Wellcome Centre for Integrative Neuroscience (WIN) - Oxford Centre for Functional Magnetic Resonance Imaging of the Brain (FMRIB), University of Oxford, UK.
Wellcome Centre for Integrative Neuroscience (WIN) - Oxford Centre for Functional Magnetic Resonance Imaging of the Brain (FMRIB), University of Oxford, UK.
Neuroimage. 2017 Sep;158:205-218. doi: 10.1016/j.neuroimage.2017.06.050. Epub 2017 Jun 29.
Diffusion MRI allows us to make inferences on the structural organisation of the brain by mapping water diffusion to white matter microstructure. However, such a mapping is generally ill-defined; for instance, diffusion measurements are antipodally symmetric (diffusion along x and -x are equal), whereas the distribution of fibre orientations within a voxel is generally not symmetric. Therefore, different sub-voxel patterns such as crossing, fanning, or sharp bending, cannot be distinguished by fitting a voxel-wise model to the signal. However, asymmetric fibre patterns can potentially be distinguished once spatial information from neighbouring voxels is taken into account. We propose a neighbourhood-constrained spherical deconvolution approach that is capable of inferring asymmetric fibre orientation distributions (A-fods). Importantly, we further design and implement a tractography algorithm that utilises the estimated A-fods, since the commonly used streamline tractography paradigm cannot directly take advantage of the new information. We assess performance using ultra-high resolution histology data where we can compare true orientation distributions against sub-voxel fibre patterns estimated from down-sampled data. Finally, we explore the benefits of A-fods-based tractography using in vivo data by evaluating agreement of tractography predictions with connectivity estimates made using different in-vivo modalities. The proposed approach can reliably estimate complex fibre patterns such as sharp bending and fanning, which voxel-wise approaches cannot estimate. Moreover, histology-based and in-vivo results show that the new framework allows more accurate tractography and reconstruction of maps quantifying (symmetric and asymmetric) fibre complexity.

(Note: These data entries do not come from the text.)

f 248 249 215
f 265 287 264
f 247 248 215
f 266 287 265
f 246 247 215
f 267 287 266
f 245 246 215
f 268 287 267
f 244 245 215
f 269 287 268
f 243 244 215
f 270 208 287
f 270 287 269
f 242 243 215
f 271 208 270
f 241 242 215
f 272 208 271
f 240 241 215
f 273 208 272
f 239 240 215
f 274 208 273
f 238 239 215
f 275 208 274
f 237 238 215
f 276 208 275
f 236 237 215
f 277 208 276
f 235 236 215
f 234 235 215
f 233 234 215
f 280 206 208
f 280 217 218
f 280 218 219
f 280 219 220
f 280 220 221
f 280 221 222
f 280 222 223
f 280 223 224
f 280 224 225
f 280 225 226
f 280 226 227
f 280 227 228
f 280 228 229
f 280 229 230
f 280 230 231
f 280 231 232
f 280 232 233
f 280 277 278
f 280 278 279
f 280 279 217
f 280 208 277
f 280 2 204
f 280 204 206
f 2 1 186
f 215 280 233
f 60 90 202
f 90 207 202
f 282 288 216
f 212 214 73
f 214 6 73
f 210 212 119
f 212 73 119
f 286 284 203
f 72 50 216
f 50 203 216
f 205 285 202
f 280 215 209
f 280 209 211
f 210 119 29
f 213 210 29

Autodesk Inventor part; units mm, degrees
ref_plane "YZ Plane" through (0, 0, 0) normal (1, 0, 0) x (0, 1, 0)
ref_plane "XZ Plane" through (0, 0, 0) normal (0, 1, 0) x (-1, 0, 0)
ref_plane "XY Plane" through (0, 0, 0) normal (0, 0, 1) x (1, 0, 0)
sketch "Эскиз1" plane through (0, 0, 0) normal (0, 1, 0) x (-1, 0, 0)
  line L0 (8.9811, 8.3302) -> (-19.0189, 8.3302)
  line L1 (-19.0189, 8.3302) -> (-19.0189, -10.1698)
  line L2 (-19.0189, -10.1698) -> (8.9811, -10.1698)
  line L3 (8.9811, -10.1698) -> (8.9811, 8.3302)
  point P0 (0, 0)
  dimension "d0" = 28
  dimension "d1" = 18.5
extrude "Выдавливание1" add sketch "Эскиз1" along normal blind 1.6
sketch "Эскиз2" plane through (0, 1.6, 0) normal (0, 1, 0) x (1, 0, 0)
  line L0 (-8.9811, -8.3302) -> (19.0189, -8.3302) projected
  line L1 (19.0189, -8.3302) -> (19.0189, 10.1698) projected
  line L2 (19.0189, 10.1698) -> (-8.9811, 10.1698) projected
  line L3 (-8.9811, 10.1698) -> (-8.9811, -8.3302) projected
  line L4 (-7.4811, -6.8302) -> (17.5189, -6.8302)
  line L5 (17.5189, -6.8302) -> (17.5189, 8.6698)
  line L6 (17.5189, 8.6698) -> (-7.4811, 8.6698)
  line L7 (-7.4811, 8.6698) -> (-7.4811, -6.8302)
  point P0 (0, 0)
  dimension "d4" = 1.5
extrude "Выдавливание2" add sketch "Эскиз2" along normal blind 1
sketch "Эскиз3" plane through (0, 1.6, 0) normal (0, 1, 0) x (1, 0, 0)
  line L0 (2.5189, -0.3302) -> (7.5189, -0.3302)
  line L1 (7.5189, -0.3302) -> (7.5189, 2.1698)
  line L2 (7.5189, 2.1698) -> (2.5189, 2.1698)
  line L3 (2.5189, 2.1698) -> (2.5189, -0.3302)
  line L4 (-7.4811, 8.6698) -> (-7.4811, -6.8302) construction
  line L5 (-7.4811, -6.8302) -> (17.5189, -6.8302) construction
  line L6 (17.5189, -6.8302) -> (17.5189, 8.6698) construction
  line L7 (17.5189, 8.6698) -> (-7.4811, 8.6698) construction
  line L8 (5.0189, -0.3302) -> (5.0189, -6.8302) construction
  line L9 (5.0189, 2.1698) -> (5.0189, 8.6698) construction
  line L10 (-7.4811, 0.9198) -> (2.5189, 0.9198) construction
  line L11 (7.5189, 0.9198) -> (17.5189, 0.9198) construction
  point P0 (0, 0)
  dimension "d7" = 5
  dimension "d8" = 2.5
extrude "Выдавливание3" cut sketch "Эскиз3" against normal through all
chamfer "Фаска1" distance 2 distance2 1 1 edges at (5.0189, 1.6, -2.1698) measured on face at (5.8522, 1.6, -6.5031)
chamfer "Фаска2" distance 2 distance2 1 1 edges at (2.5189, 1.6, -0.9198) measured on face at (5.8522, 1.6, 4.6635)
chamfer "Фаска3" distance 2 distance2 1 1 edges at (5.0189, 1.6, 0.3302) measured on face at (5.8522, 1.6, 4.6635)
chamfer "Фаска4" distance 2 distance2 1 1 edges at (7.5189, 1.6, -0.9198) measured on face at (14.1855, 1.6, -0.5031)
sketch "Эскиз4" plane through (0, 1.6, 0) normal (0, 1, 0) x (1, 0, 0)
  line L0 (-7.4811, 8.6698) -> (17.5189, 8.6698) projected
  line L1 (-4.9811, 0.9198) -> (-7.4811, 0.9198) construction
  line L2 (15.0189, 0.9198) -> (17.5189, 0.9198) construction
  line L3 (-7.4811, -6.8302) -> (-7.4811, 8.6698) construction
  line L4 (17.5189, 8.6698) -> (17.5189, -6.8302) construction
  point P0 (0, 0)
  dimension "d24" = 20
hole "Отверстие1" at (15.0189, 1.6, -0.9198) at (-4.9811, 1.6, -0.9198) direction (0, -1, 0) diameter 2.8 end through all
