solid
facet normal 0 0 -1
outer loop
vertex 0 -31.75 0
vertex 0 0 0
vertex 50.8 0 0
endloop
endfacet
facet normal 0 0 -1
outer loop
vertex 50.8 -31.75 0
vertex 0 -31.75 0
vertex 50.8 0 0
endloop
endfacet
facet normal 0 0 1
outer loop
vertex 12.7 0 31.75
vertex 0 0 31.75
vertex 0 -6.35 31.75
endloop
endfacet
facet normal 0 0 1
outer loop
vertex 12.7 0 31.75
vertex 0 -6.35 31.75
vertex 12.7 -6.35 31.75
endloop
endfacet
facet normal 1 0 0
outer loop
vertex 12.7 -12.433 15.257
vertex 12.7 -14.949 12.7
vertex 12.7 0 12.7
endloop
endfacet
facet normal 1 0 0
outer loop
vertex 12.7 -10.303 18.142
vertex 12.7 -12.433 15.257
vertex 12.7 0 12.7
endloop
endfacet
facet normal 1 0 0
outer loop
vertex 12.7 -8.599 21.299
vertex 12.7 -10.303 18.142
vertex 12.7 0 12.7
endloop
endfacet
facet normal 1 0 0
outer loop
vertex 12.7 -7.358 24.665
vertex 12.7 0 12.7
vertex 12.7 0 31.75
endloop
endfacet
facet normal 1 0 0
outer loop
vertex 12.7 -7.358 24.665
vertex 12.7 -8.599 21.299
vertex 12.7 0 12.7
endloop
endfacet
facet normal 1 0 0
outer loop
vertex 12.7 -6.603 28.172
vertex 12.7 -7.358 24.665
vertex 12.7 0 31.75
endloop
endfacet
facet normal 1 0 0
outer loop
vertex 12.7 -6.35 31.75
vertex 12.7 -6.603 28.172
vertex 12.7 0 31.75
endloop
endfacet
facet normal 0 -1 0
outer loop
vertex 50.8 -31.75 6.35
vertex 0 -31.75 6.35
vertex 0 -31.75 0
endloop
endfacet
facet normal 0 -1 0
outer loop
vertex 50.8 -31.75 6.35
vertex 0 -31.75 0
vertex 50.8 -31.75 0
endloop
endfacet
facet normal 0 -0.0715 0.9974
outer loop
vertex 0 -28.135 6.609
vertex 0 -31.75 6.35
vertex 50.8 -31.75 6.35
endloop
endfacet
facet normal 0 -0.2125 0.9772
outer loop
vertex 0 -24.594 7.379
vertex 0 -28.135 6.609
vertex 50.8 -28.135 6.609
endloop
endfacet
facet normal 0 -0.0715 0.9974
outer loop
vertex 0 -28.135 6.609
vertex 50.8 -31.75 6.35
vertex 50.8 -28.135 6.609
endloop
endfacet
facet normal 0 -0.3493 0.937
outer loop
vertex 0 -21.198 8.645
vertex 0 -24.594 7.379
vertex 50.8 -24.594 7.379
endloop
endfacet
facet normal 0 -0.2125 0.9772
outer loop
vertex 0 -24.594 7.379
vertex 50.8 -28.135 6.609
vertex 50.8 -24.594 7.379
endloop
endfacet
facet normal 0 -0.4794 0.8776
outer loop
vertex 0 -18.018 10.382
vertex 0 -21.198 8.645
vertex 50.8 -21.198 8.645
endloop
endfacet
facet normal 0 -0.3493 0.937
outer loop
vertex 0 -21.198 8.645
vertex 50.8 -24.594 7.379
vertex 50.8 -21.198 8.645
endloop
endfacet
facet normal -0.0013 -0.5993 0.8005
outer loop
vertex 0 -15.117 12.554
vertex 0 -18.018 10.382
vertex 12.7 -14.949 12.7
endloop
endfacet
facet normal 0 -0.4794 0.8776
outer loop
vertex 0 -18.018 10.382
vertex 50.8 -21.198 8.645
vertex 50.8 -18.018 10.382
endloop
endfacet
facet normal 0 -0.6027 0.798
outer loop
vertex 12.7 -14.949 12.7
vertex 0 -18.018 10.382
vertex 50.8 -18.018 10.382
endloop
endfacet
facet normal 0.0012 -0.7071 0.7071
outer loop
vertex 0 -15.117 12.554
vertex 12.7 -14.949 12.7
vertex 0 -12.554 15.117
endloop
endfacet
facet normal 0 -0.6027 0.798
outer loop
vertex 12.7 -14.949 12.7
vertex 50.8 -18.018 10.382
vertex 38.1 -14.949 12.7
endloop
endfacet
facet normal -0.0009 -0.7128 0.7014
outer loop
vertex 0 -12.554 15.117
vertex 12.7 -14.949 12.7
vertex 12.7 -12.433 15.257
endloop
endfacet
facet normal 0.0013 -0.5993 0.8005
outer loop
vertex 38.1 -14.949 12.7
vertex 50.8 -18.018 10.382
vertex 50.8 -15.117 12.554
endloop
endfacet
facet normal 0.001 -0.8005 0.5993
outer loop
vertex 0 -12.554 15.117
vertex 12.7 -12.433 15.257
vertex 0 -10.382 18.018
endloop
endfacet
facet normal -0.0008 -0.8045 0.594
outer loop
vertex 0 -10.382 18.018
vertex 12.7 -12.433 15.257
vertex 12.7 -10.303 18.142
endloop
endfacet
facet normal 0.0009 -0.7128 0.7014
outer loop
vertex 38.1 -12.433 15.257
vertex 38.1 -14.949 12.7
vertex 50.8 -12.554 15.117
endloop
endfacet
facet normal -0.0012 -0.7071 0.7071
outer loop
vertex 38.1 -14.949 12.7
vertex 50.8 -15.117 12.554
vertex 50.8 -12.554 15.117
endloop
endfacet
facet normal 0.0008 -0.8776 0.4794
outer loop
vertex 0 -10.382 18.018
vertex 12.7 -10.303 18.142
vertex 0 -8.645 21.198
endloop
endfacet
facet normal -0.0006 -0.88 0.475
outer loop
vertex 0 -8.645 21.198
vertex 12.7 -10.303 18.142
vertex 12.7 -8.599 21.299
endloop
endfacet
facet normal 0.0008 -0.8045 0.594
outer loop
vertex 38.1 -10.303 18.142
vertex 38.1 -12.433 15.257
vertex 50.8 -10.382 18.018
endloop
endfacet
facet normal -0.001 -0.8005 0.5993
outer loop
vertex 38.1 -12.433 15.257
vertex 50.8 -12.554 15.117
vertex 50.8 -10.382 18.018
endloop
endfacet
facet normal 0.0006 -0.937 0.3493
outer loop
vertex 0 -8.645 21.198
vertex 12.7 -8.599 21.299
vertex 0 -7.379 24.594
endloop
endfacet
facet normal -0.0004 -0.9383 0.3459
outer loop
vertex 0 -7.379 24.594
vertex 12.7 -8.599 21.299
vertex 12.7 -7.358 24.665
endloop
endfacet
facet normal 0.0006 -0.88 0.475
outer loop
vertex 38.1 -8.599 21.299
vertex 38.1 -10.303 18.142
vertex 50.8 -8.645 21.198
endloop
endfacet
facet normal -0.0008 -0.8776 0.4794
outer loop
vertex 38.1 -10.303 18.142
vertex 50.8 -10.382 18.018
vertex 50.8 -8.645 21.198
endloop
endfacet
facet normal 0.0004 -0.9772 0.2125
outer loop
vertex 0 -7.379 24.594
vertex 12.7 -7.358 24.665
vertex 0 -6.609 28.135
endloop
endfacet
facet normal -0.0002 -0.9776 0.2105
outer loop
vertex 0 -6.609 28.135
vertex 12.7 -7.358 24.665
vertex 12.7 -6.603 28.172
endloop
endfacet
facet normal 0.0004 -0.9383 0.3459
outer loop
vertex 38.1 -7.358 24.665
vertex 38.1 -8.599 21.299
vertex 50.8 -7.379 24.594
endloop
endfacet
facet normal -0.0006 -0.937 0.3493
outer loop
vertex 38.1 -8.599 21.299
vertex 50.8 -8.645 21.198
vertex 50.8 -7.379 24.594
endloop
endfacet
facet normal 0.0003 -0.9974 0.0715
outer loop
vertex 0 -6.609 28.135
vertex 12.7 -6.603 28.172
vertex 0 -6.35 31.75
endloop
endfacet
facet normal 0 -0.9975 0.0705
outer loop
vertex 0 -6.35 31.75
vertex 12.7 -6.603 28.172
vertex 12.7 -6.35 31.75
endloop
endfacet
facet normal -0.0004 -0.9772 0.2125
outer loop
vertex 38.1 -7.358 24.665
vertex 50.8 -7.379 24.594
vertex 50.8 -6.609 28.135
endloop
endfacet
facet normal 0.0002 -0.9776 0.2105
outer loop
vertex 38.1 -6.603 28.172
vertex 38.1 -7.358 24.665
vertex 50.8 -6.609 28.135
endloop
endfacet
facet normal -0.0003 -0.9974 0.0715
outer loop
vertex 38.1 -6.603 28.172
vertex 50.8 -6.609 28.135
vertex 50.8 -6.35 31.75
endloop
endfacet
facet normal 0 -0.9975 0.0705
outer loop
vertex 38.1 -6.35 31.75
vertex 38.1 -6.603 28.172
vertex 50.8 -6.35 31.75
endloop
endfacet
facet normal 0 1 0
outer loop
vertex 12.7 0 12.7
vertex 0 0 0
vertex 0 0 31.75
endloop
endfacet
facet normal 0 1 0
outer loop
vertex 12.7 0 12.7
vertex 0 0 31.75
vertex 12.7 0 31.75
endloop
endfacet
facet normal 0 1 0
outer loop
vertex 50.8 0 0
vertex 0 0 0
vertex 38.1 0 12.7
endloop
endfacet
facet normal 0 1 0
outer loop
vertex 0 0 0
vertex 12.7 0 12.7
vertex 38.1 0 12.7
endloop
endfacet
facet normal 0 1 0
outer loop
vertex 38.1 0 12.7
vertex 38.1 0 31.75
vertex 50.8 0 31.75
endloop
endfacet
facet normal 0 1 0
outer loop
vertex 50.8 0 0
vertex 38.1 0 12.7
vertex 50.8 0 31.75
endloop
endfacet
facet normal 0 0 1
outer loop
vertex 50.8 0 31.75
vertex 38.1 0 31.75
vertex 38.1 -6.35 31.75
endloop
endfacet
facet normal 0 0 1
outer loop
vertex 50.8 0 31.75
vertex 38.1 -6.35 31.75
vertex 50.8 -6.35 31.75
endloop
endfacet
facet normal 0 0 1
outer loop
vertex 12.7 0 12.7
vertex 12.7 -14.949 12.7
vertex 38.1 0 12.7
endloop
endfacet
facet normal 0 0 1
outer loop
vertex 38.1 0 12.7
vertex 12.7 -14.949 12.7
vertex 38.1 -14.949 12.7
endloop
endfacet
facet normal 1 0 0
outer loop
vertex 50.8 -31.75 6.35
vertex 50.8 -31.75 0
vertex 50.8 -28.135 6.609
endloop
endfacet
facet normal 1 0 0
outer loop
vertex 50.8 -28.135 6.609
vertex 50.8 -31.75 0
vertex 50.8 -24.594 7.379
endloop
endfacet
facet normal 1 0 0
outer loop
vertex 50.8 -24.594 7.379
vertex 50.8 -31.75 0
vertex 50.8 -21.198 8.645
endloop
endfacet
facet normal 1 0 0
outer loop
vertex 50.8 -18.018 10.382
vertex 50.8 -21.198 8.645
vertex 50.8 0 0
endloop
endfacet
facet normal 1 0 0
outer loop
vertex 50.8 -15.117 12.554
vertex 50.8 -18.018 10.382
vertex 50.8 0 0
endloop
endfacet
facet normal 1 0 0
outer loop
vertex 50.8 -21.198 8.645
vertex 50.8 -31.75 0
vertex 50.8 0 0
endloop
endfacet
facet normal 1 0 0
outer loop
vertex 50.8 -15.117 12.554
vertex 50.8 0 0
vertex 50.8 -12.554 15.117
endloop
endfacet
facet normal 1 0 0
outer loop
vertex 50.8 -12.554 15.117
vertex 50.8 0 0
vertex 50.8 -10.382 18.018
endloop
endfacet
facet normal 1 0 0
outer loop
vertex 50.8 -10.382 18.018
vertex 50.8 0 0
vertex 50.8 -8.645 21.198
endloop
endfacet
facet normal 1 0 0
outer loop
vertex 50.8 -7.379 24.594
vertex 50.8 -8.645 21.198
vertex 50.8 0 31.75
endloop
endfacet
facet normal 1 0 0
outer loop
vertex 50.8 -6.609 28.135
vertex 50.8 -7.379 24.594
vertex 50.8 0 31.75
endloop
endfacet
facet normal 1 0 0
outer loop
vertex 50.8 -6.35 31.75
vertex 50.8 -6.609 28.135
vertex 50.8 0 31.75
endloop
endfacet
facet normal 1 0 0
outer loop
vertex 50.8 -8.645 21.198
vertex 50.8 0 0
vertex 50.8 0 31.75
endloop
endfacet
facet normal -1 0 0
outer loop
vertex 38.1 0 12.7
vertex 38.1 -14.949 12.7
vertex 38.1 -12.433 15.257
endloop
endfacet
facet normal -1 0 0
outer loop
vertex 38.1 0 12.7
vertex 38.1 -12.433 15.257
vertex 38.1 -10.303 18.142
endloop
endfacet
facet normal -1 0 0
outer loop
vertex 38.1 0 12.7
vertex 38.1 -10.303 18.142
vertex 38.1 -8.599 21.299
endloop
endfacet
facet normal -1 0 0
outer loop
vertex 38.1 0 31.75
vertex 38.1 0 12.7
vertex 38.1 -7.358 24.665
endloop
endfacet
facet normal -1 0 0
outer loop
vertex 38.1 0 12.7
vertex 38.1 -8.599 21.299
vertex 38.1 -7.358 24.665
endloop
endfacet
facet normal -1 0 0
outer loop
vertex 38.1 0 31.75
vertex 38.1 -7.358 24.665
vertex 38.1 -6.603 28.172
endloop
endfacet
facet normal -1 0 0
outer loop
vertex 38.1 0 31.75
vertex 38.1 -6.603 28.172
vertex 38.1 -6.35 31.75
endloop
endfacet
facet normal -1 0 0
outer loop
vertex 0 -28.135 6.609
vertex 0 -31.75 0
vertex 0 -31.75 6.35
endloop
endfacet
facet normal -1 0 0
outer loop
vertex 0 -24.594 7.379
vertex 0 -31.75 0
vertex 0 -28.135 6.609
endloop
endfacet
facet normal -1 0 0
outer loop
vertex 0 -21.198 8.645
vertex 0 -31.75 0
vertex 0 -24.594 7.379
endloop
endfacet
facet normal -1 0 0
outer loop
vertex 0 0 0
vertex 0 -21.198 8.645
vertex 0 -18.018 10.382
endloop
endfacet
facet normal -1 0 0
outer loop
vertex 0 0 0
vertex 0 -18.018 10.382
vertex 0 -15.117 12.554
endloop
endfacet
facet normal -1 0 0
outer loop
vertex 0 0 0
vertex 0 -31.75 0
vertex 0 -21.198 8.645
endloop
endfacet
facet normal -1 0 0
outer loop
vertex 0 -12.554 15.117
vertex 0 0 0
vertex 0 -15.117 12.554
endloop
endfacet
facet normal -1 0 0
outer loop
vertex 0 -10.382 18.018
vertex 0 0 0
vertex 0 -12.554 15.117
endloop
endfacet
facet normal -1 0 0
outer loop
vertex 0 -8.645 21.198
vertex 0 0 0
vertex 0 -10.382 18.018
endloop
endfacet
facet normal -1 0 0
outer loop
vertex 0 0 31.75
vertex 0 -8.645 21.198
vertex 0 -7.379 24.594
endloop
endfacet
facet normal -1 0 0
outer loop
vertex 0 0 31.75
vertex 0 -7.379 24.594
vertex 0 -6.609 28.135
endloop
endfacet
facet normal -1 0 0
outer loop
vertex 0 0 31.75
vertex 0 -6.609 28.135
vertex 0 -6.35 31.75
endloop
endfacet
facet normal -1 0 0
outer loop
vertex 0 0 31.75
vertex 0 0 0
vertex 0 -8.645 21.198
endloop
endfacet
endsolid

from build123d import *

# Parameters (mm, degrees)
F0_W     = 50.8
F0_H     = 31.75
F1_DEPTH = 31.75
F2_W     = 25.4
F2_H     = 19.05
F3_DEPTH = 31.751
F4_R     = 25.4
F5_DEPTH = 50.801


with BuildPart() as f1:
    # F0 (on Front) → F1 (new body)
    with BuildSketch(Plane.XZ):
        with Locations((25.4, 15.875)):
            Rectangle(F0_W, F0_H)
    extrude(amount=F1_DEPTH)

    # F2 (on face) → F3 (cut, through all)
    with BuildSketch(Plane.XZ.offset(31.75)):
        with Locations((25.4, 22.225)):
            Rectangle(F2_W, F2_H)
    extrude(amount=-F3_DEPTH, mode=Mode.SUBTRACT)

    # F4 (on face) → F5 (cut, through all)
    with BuildSketch(Plane.YZ.offset(50.8)):
        with Locations((-31.75, 31.75)):
            Circle(F4_R)
    extrude(amount=-F5_DEPTH, mode=Mode.SUBTRACT)


solid = f1.part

扩散磁共振成像(Diffusion MRI)通过将水分子扩散映射到白质微观结构,使我们能够对大脑的结构组织进行推断。然而,这种映射通常是不确定的;例如,扩散测量是反向对称的(沿着 x 和-x 的扩散相等),而体素内纤维方向的分布通常是不对称的。因此,不同的亚体素模式,如交叉、扇形或急剧弯曲,不能通过将体素模型拟合到信号来区分。然而,一旦考虑到相邻体素的空间信息,就有可能区分不对称的纤维模式。我们提出了一种邻域约束的球分解方法,能够推断出不对称的纤维方向分布(A-fods)。重要的是,我们进一步设计并实现了一种跟踪算法,利用估计的 A-fods,因为常用的流线跟踪范式不能直接利用新信息。我们使用超高分辨率组织学数据来评估性能,在这些数据中,我们可以将真实的方向分布与从下采样数据中估计的亚体素纤维模式进行比较。最后,我们通过评估基于 A-fods 的跟踪与使用不同体内模态进行的连接估计的跟踪预测的一致性,探索了基于体内数据的 A-fods 跟踪的好处。该方法可以可靠地估计复杂的纤维模式,如急剧弯曲和扇形,而体素方法无法估计。此外,组织学和体内结果表明,新框架允许更准确的跟踪和重建定量(对称和不对称)纤维复杂性的图谱。